Example 2
Dosage forms B and C were prepared as follows. 20 wt % acetaminophen drug particles were first mixed with the excipient, 80 wt % HPMC of molecular weight 120 kg/mol. The mixture was then combined with a solvent, either DMSO (for preparing dosage form B) or water (for dosage form C). The volume of solvent per mass of excipient was 5.5 ml/g and 3.33 ml/g, respectively, for preparing dosage forms B and C. The drug-excipient-solvent mixture was then extruded through a laboratory extruder to form a uniform viscous paste. The viscous paste was put in a syringe equipped with a hypodermic needle of inner radius, Rn=130 μm (for preparing dosage form B) or Rn 500 μm (for preparing dosage form C). The paste was then extruded through the needle and patterned as a fibrous dosage form with cross-ply arrangement of fibers. The nominal inter-fiber distance in a ply was uniform and equal to 730 μm (for preparing dosage form B) or 2800 μm (for preparing dosage form C).

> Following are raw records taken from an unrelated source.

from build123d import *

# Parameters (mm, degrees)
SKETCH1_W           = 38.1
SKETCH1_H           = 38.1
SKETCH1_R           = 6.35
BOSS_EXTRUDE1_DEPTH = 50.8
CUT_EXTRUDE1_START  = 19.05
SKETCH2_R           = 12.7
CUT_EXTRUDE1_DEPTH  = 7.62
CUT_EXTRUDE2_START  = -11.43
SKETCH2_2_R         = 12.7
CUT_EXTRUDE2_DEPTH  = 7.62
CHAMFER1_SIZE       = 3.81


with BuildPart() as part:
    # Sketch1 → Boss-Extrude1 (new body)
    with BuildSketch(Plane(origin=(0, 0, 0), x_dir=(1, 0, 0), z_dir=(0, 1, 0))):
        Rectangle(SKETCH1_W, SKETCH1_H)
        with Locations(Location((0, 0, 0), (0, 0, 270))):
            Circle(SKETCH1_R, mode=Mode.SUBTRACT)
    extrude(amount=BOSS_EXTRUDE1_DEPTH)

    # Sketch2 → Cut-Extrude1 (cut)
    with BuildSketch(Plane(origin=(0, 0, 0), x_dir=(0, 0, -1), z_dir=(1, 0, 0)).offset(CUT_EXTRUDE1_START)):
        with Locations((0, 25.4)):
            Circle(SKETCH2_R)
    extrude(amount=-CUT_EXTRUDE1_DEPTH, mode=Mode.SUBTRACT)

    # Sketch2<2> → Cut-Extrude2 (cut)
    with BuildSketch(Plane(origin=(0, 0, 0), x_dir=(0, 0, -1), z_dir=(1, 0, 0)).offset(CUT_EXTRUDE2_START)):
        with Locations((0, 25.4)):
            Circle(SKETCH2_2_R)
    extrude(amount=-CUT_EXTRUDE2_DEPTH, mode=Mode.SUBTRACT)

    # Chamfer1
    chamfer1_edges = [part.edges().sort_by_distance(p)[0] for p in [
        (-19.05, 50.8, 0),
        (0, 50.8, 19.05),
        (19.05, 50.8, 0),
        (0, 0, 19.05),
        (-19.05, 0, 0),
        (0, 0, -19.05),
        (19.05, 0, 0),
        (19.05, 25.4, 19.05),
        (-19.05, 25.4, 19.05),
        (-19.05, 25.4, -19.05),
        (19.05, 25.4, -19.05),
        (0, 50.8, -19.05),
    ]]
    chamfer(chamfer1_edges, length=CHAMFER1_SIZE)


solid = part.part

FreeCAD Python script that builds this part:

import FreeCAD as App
import Part
import Sketcher

V = App.Vector
Q = App.Units.Quantity


def edges_at(feature, points):
    """Names of the edges that pass closest to the given points."""
    edges = feature.Shape.Edges
    near = lambda p: min(range(len(edges)), key=lambda i: edges[i].distToShape(Part.Vertex(*p))[0])
    return sorted({f"Edge{near(p) + 1}" for p in points})

doc = App.newDocument("Part")
body = doc.addObject("PartDesign::Body", "Body")

# Sketch on XZ plane
sketch1 = body.newObject("Sketcher::SketchObject", "Sketch")
sketch1.AttachmentSupport = (doc.getObject("XZ_Plane"), [""])
sketch1.MapMode = "FlatFace"
sketch1.addGeometry([
    Part.LineSegment(V(-19.05, -19.05, 0), V(-19.05, 19.05, 0)),  # 0
    Part.LineSegment(V(-19.05, 19.05, 0), V(19.05, 19.05, 0)),  # 1
    Part.LineSegment(V(19.05, 19.05, 0), V(19.05, -19.05, 0)),  # 2
    Part.LineSegment(V(19.05, -19.05, 0), V(-19.05, -19.05, 0)),  # 3
    Part.Circle(V(0, 0, 0), V(0, 0, 1), 6.35),  # 4
], False)
sketch1.addConstraint([
    Sketcher.Constraint("Coincident", 0, 2, 1, 1),
    Sketcher.Constraint("Coincident", 1, 2, 2, 1),
    Sketcher.Constraint("Coincident", 2, 2, 3, 1),
    Sketcher.Constraint("Coincident", 3, 2, 0, 1),
    Sketcher.Constraint("Vertical", 0),
    Sketcher.Constraint("Horizontal", 1),
    Sketcher.Constraint("Vertical", 2),
    Sketcher.Constraint("Horizontal", 3),
    Sketcher.Constraint("Coincident", 4, 3, -1, 1),
    Sketcher.Constraint("Symmetric", 0, 2, 2, 2, -1, 1),
    Sketcher.Constraint("Equal", 3, 0),
    Sketcher.Constraint("Diameter", 4, Q("0.5 in")),
    Sketcher.Constraint("DistanceX", 1, 1, 1, 2, Q("1.5 in")),
])
pad1 = body.newObject("PartDesign::Pad", "Pad")
pad1.Profile = sketch1
pad1.Length = Q("2 in")
pad1.Reversed = True

# Sketch on YZ plane
sketch2 = body.newObject("Sketcher::SketchObject", "Sketch001")
sketch2.AttachmentSupport = (doc.getObject("YZ_Plane"), [""])
sketch2.MapMode = "FlatFace"
sketch2.AttachmentOffset = App.Placement(V(0, 0, 0.75 * 25.4), App.Rotation())
sketch2.addGeometry(Part.Circle(V(25.4, 0, 0), V(0, 0, 1), 12.7), False)
sketch2.addConstraint([
    Sketcher.Constraint("PointOnObject", 0, 3, -1),
    Sketcher.Constraint("Diameter", 0, Q("1 in")),
    Sketcher.Constraint("DistanceX", -1, 1, 0, 3, Q("1 in")),
])
pocket1 = body.newObject("PartDesign::Pocket", "Pocket")
pocket1.Profile = sketch2
pocket1.Length = Q("0.3 in")

# Sketch on YZ plane
sketch3 = body.newObject("Sketcher::SketchObject", "Sketch002")
sketch3.AttachmentSupport = (doc.getObject("YZ_Plane"), [""])
sketch3.MapMode = "FlatFace"
sketch3.AttachmentOffset = App.Placement(V(0, 0, -0.45 * 25.4), App.Rotation())
sketch3.addGeometry(Part.Circle(V(25.4, 0, 0), V(0, 0, 1), 12.7), False)
sketch3.addConstraint([
    Sketcher.Constraint("PointOnObject", 0, 3, -1),
    Sketcher.Constraint("Diameter", 0, Q("1 in")),
    Sketcher.Constraint("DistanceX", -1, 1, 0, 3, Q("1 in")),
])
pocket2 = body.newObject("PartDesign::Pocket", "Pocket001")
pocket2.Profile = sketch3
pocket2.Length = Q("0.3 in")
doc.recompute()

chamfer = body.newObject("PartDesign::Chamfer", "Chamfer")
chamfer.Base = (pocket2, edges_at(pocket2, [
    (-19.05, 50.8, 0),
    (0, 50.8, 19.05),
    (19.05, 50.8, 0),
    (0, 0, 19.05),
    (-19.05, 0, 0),
    (0, 0, -19.05),
    (19.05, 0, 0),
    (19.05, 25.4, 19.05),
    (-19.05, 25.4, 19.05),
    (-19.05, 25.4, -19.05),
    (19.05, 25.4, -19.05),
    (0, 50.8, -19.05),
]))
chamfer.Size = Q("0.15 in")

doc.recompute()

During and after patterning, warm air at a temperature of 60° C. and a velocity of about 2.3 m/s was blown over the fibrous dosage forms for a time, tdry˜40 minutes, to evaporate the solvent and freeze the structure. The process parameters to prepare the dosage forms are summarized in Table 1. After drying, the structure was trimmed to a square disk shaped dosage form of side length, L0˜8 mm. The thickness, H0, of the dosage forms B and C was about 3 mm.
Single fibers B and C were prepared as dosage forms B and C, but without structuring the fibrous extrudate to a dosage form.